When optimizing on instances, the final evaluation of a configuration’s performance does not take place on the training set used during the optimization. Doing so usually leads to overfitting, and poor generalization to unseen instances. Instead, a separate set, called the test set, is used to assess the performance of a configuration.

This behavior is activated in pySMAC by specifying the argument num_test_instances of pySMAC.optimizer.SMAC_optimizer.minimize(). These instances are represented by integers from range(num_train_instances, num_train_instances + num_test_instances).

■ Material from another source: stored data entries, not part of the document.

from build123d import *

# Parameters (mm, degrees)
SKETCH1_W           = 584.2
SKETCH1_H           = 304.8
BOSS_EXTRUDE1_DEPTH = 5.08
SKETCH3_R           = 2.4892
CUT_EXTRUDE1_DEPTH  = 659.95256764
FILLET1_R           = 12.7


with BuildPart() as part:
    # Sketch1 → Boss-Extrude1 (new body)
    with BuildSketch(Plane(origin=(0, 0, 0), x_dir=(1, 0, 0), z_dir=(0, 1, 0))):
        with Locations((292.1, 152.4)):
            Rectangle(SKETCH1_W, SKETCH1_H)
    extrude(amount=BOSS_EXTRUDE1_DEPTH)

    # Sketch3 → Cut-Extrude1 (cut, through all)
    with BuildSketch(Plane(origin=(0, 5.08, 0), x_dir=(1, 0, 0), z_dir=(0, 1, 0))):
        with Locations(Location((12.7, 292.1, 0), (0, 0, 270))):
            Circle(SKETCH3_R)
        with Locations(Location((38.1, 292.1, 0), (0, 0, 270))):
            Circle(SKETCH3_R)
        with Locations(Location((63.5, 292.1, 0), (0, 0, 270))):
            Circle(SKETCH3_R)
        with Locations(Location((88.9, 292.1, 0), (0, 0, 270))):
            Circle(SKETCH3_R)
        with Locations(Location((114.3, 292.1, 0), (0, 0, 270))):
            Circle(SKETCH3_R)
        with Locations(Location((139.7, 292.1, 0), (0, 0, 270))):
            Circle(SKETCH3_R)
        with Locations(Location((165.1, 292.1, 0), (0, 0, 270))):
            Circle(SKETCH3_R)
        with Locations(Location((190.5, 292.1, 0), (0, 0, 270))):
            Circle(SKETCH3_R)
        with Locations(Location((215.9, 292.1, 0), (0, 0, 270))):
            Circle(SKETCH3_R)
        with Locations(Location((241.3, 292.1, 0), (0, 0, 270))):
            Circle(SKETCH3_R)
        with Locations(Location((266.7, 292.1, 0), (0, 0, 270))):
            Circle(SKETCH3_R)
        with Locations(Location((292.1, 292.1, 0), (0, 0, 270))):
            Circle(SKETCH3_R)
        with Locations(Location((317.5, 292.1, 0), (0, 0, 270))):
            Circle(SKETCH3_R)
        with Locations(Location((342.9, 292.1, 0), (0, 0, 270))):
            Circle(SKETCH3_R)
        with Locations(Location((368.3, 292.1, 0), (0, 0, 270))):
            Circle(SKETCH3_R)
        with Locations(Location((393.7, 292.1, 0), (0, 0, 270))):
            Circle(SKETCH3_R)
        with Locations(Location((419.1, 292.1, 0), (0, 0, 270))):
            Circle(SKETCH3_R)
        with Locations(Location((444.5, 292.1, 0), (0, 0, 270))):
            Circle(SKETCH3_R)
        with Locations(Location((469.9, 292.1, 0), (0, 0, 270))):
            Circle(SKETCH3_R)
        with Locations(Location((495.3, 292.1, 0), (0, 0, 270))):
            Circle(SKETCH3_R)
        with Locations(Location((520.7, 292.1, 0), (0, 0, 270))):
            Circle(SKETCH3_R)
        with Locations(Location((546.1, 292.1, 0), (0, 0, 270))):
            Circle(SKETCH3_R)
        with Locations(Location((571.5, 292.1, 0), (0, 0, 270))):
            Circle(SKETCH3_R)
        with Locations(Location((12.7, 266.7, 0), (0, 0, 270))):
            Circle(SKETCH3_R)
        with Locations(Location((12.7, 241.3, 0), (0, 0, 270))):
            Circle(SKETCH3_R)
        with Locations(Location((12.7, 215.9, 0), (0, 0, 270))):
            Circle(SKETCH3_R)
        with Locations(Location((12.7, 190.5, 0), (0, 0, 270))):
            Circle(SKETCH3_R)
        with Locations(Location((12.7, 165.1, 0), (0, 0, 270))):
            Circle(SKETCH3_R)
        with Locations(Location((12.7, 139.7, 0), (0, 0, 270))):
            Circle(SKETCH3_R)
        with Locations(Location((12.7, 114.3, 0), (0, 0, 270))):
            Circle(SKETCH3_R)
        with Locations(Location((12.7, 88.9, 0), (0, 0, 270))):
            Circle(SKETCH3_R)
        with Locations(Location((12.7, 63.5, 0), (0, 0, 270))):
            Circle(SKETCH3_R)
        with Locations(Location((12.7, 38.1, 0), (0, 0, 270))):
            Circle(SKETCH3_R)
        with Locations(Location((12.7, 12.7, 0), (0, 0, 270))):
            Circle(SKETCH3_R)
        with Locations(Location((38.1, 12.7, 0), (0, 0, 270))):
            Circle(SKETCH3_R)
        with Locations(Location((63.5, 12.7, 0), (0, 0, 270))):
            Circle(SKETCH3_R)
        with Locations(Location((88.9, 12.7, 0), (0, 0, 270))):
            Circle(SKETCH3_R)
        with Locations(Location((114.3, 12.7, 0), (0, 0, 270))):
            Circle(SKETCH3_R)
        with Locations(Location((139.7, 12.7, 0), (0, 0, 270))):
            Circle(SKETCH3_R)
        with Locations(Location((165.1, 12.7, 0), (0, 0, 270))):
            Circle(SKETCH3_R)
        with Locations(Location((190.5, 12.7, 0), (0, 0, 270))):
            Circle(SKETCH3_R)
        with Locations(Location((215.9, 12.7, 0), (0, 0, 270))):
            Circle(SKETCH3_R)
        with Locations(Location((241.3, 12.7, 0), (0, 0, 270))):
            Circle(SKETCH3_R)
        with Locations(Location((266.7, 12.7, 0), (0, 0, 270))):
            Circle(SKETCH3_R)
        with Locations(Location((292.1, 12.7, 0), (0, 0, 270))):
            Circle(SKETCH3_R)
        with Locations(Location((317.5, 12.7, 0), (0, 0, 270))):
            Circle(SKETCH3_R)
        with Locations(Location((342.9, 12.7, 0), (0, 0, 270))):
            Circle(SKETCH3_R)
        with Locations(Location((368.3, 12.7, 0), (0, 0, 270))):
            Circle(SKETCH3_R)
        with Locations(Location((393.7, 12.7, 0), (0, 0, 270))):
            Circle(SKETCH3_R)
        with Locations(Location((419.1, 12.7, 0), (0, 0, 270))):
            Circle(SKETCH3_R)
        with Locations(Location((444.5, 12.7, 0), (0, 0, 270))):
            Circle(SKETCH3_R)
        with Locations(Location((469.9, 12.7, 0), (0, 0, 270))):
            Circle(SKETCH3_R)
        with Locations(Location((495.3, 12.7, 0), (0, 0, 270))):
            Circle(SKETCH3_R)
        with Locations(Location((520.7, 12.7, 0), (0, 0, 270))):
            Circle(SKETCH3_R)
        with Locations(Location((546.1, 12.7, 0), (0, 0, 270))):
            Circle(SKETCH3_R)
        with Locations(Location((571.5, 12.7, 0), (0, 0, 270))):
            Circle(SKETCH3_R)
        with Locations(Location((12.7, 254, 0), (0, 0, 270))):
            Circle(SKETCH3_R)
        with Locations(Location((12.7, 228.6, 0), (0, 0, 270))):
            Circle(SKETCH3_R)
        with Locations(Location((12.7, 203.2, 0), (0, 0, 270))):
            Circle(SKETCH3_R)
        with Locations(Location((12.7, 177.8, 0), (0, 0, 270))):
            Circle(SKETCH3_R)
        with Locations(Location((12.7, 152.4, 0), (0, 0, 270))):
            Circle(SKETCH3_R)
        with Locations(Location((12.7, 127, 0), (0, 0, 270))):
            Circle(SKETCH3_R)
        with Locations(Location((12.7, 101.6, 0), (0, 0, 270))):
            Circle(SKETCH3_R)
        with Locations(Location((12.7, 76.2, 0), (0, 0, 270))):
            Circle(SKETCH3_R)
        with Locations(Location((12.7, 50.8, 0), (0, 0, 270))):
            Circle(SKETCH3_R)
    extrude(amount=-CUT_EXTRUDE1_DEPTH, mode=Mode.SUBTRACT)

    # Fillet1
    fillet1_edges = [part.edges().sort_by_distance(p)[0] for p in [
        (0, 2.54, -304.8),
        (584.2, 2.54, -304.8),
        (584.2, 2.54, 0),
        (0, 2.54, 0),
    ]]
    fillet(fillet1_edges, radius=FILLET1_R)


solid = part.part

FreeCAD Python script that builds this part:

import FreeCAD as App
import Part
import Sketcher

V = App.Vector
Q = App.Units.Quantity


def edges_at(feature, points):
    """Names of the edges that pass closest to the given points."""
    edges = feature.Shape.Edges
    near = lambda p: min(range(len(edges)), key=lambda i: edges[i].distToShape(Part.Vertex(*p))[0])
    return sorted({f"Edge{near(p) + 1}" for p in points})


def add_polygon(sketch, points):
    """Adds a closed chain of lines whose ends are joined by coincident constraints."""
    first, n = sketch.GeometryCount, len(points)
    for a, b in zip(points, points[1:] + points[:1]):
        sketch.addGeometry(Part.LineSegment(App.Vector(*a, 0), App.Vector(*b, 0)), False)
    for i in range(n):
        sketch.addConstraint(Sketcher.Constraint("Coincident", first + i, 2, first + (i + 1) % n, 1))

doc = App.newDocument("Part")
body = doc.addObject("PartDesign::Body", "Body")

sketch1 = body.newObject("Sketcher::SketchObject", "Sketch")
sketch1.AttachmentSupport = (doc.getObject("XZ_Plane"), [""])
sketch1.MapMode = "FlatFace"
add_polygon(sketch1, [(0, -305), (0, 0), (584, 0), (584, -305)])
sketch1.addConstraint([
    Sketcher.Constraint("Vertical", 0),
    Sketcher.Constraint("Horizontal", 1),
    Sketcher.Constraint("Vertical", 2),
    Sketcher.Constraint("Horizontal", 3),
    Sketcher.Constraint("Coincident", 0, 2, -1, 1),
    Sketcher.Constraint("DistanceX", 1, 1, 1, 2, Q("23 in")),
    Sketcher.Constraint("DistanceY", 0, 1, 0, 2, Q("12 in")),
])
pad1 = body.newObject("PartDesign::Pad", "Pad")
pad1.Profile = sketch1
pad1.Length = Q("0.2 in")
pad1.Reversed = True

sketch2 = body.newObject("Sketcher::SketchObject", "Sketch001")
sketch2.AttachmentSupport = (doc.getObject("XZ_Plane"), [""])
sketch2.MapMode = "FlatFace"
sketch2.AttachmentOffset = App.Placement(V(0, 0, -0.2 * 25.4), App.Rotation())
sketch2.addGeometry([
    Part.Circle(V(12.7, -292.1, 0), V(0, 0, 1), 2.5),
    Part.Circle(V(38.1, -292.1, 0), V(0, 0, 1), 2.5),
    Part.Circle(V(63.5, -292.1, 0), V(0, 0, 1), 2.5),
    Part.Circle(V(88.9, -292.1, 0), V(0, 0, 1), 2.5),
    Part.Circle(V(114.3, -292.1, 0), V(0, 0, 1), 2.5),
    Part.Circle(V(139.7, -292.1, 0), V(0, 0, 1), 2.5),
    Part.Circle(V(165.1, -292.1, 0), V(0, 0, 1), 2.5),
    Part.Circle(V(190.5, -292.1, 0), V(0, 0, 1), 2.5),
    Part.Circle(V(215.9, -292.1, 0), V(0, 0, 1), 2.5),
    Part.Circle(V(241.3, -292.1, 0), V(0, 0, 1), 2.5),
    Part.Circle(V(266.7, -292.1, 0), V(0, 0, 1), 2.5),
    Part.Circle(V(292.1, -292.1, 0), V(0, 0, 1), 2.5),
    Part.Circle(V(317.5, -292.1, 0), V(0, 0, 1), 2.5),
    Part.Circle(V(342.9, -292.1, 0), V(0, 0, 1), 2.5),
    Part.Circle(V(368.3, -292.1, 0), V(0, 0, 1), 2.5),
    Part.Circle(V(393.7, -292.1, 0), V(0, 0, 1), 2.5),
    Part.Circle(V(419.1, -292.1, 0), V(0, 0, 1), 2.5),
    Part.Circle(V(444.5, -292.1, 0), V(0, 0, 1), 2.5),
    Part.Circle(V(469.9, -292.1, 0), V(0, 0, 1), 2.5),
    Part.Circle(V(495.3, -292.1, 0), V(0, 0, 1), 2.5),
    Part.Circle(V(520.7, -292.1, 0), V(0, 0, 1), 2.5),
    Part.Circle(V(546.1, -292.1, 0), V(0, 0, 1), 2.5),
    Part.Circle(V(571.5, -292.1, 0), V(0, 0, 1), 2.5),
    Part.Circle(V(12.7, -266.7, 0), V(0, 0, 1), 2.5),
    Part.Circle(V(12.7, -241.3, 0), V(0, 0, 1), 2.5),
    Part.Circle(V(12.7, -215.9, 0), V(0, 0, 1), 2.5),
    Part.Circle(V(12.7, -190.5, 0), V(0, 0, 1), 2.5),
    Part.Circle(V(12.7, -165.1, 0), V(0, 0, 1), 2.5),
    Part.Circle(V(12.7, -139.7, 0), V(0, 0, 1), 2.5),
    Part.Circle(V(12.7, -114.3, 0), V(0, 0, 1), 2.5),
    Part.Circle(V(12.7, -88.9, 0), V(0, 0, 1), 2.5),
    Part.Circle(V(12.7, -63.5, 0), V(0, 0, 1), 2.5),
    Part.Circle(V(12.7, -38.1, 0), V(0, 0, 1), 2.5),
    Part.Circle(V(12.7, -12.7, 0), V(0, 0, 1), 2.5),
    Part.Circle(V(38.1, -12.7, 0), V(0, 0, 1), 2.5),
    Part.Circle(V(63.5, -12.7, 0), V(0, 0, 1), 2.5),
    Part.Circle(V(88.9, -12.7, 0), V(0, 0, 1), 2.5),
    Part.Circle(V(114.3, -12.7, 0), V(0, 0, 1), 2.5),
    Part.Circle(V(139.7, -12.7, 0), V(0, 0, 1), 2.5),
    Part.Circle(V(165.1, -12.7, 0), V(0, 0, 1), 2.5),
    Part.Circle(V(190.5, -12.7, 0), V(0, 0, 1), 2.5),
    Part.Circle(V(215.9, -12.7, 0), V(0, 0, 1), 2.5),
    Part.Circle(V(241.3, -12.7, 0), V(0, 0, 1), 2.5),
    Part.Circle(V(266.7, -12.7, 0), V(0, 0, 1), 2.5),
    Part.Circle(V(292.1, -12.7, 0), V(0, 0, 1), 2.5),
    Part.Circle(V(317.5, -12.7, 0), V(0, 0, 1), 2.5),
    Part.Circle(V(342.9, -12.7, 0), V(0, 0, 1), 2.5),
    Part.Circle(V(368.3, -12.7, 0), V(0, 0, 1), 2.5),
    Part.Circle(V(393.7, -12.7, 0), V(0, 0, 1), 2.5),
    Part.Circle(V(419.1, -12.7, 0), V(0, 0, 1), 2.5),
    Part.Circle(V(444.5, -12.7, 0), V(0, 0, 1), 2.5),
    Part.Circle(V(469.9, -12.7, 0), V(0, 0, 1), 2.5),
    Part.Circle(V(495.3, -12.7, 0), V(0, 0, 1), 2.5),
    Part.Circle(V(520.7, -12.7, 0), V(0, 0, 1), 2.5),
    Part.Circle(V(546.1, -12.7, 0), V(0, 0, 1), 2.5),
    Part.Circle(V(571.5, -12.7, 0), V(0, 0, 1), 2.5),
    Part.Circle(V(12.7, -254, 0), V(0, 0, 1), 2.5),
    Part.Circle(V(12.7, -228.6, 0), V(0, 0, 1), 2.5),
    Part.Circle(V(12.7, -203.2, 0), V(0, 0, 1), 2.5),
    Part.Circle(V(12.7, -177.8, 0), V(0, 0, 1), 2.5),
    Part.Circle(V(12.7, -152.4, 0), V(0, 0, 1), 2.5),
    Part.Circle(V(12.7, -127, 0), V(0, 0, 1), 2.5),
    Part.Circle(V(12.7, -101.6, 0), V(0, 0, 1), 2.5),
    Part.Circle(V(12.7, -76.2, 0), V(0, 0, 1), 2.5),
    Part.Circle(V(12.7, -50.8, 0), V(0, 0, 1), 2.5),
], False)
sketch2.addConstraint([
    Sketcher.Constraint("Equal", 0, 1),
    Sketcher.Constraint("Equal", 1, 2),
    Sketcher.Constraint("Equal", 2, 3),
    Sketcher.Constraint("Equal", 3, 4),
    Sketcher.Constraint("Equal", 4, 5),
    Sketcher.Constraint("Equal", 5, 6),
    Sketcher.Constraint("Equal", 6, 7),
    Sketcher.Constraint("Equal", 7, 8),
    Sketcher.Constraint("Equal", 8, 9),
    Sketcher.Constraint("Equal", 9, 10),
    Sketcher.Constraint("Equal", 10, 11),
    Sketcher.Constraint("Equal", 11, 12),
    Sketcher.Constraint("Equal", 12, 13),
    Sketcher.Constraint("Equal", 13, 14),
    Sketcher.Constraint("Equal", 14, 15),
    Sketcher.Constraint("Equal", 15, 16),
    Sketcher.Constraint("Equal", 16, 17),
    Sketcher.Constraint("Equal", 17, 18),
    Sketcher.Constraint("Equal", 18, 19),
    Sketcher.Constraint("Equal", 19, 20),
    Sketcher.Constraint("Equal", 20, 21),
    Sketcher.Constraint("Equal", 21, 22),
    Sketcher.Constraint("Equal", 22, 23),
    Sketcher.Constraint("Equal", 23, 24),
    Sketcher.Constraint("Equal", 24, 25),
    Sketcher.Constraint("Equal", 25, 26),
    Sketcher.Constraint("Equal", 26, 27),
    Sketcher.Constraint("Equal", 27, 28),
    Sketcher.Constraint("Equal", 28, 29),
    Sketcher.Constraint("Equal", 29, 30),
    Sketcher.Constraint("Equal", 30, 31),
    Sketcher.Constraint("Equal", 31, 32),
    Sketcher.Constraint("Equal", 32, 33),
    Sketcher.Constraint("Equal", 33, 34),
    Sketcher.Constraint("Equal", 34, 35),
    Sketcher.Constraint("Equal", 35, 36),
    Sketcher.Constraint("Equal", 36, 37),
    Sketcher.Constraint("Equal", 37, 38),
    Sketcher.Constraint("Equal", 38, 39),
    Sketcher.Constraint("Equal", 39, 40),
    Sketcher.Constraint("Equal", 40, 41),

After the budget of function evaluations is exhausted, SMAC will run the configuration with the best estimated trainings performance on the complete test set as a validation.

Note

Right now, this option overwrites the entries validate-only-last-incumbent and validation in the smac_option dict (see Additional (py)SMAC Options) with True. In future versions, pySMAC should/will honor user set values for those variables.

Non-determinstic Functions

If your function uses any source of randomness, and its performance might crucially depend on it, SMAC can take this into account, too. In order get reproducible results, SMAC now also associates a seed with every call, that becomes an argument of your function. Given the same seed and the same input you function be deterministic. This way, SMAC can rerun the same configuration with different seeds to estimate the performance. By setting, deterministic = False in the call to pySMAC.optimizer.SMAC_optimizer.minimize() this behavior is enabled.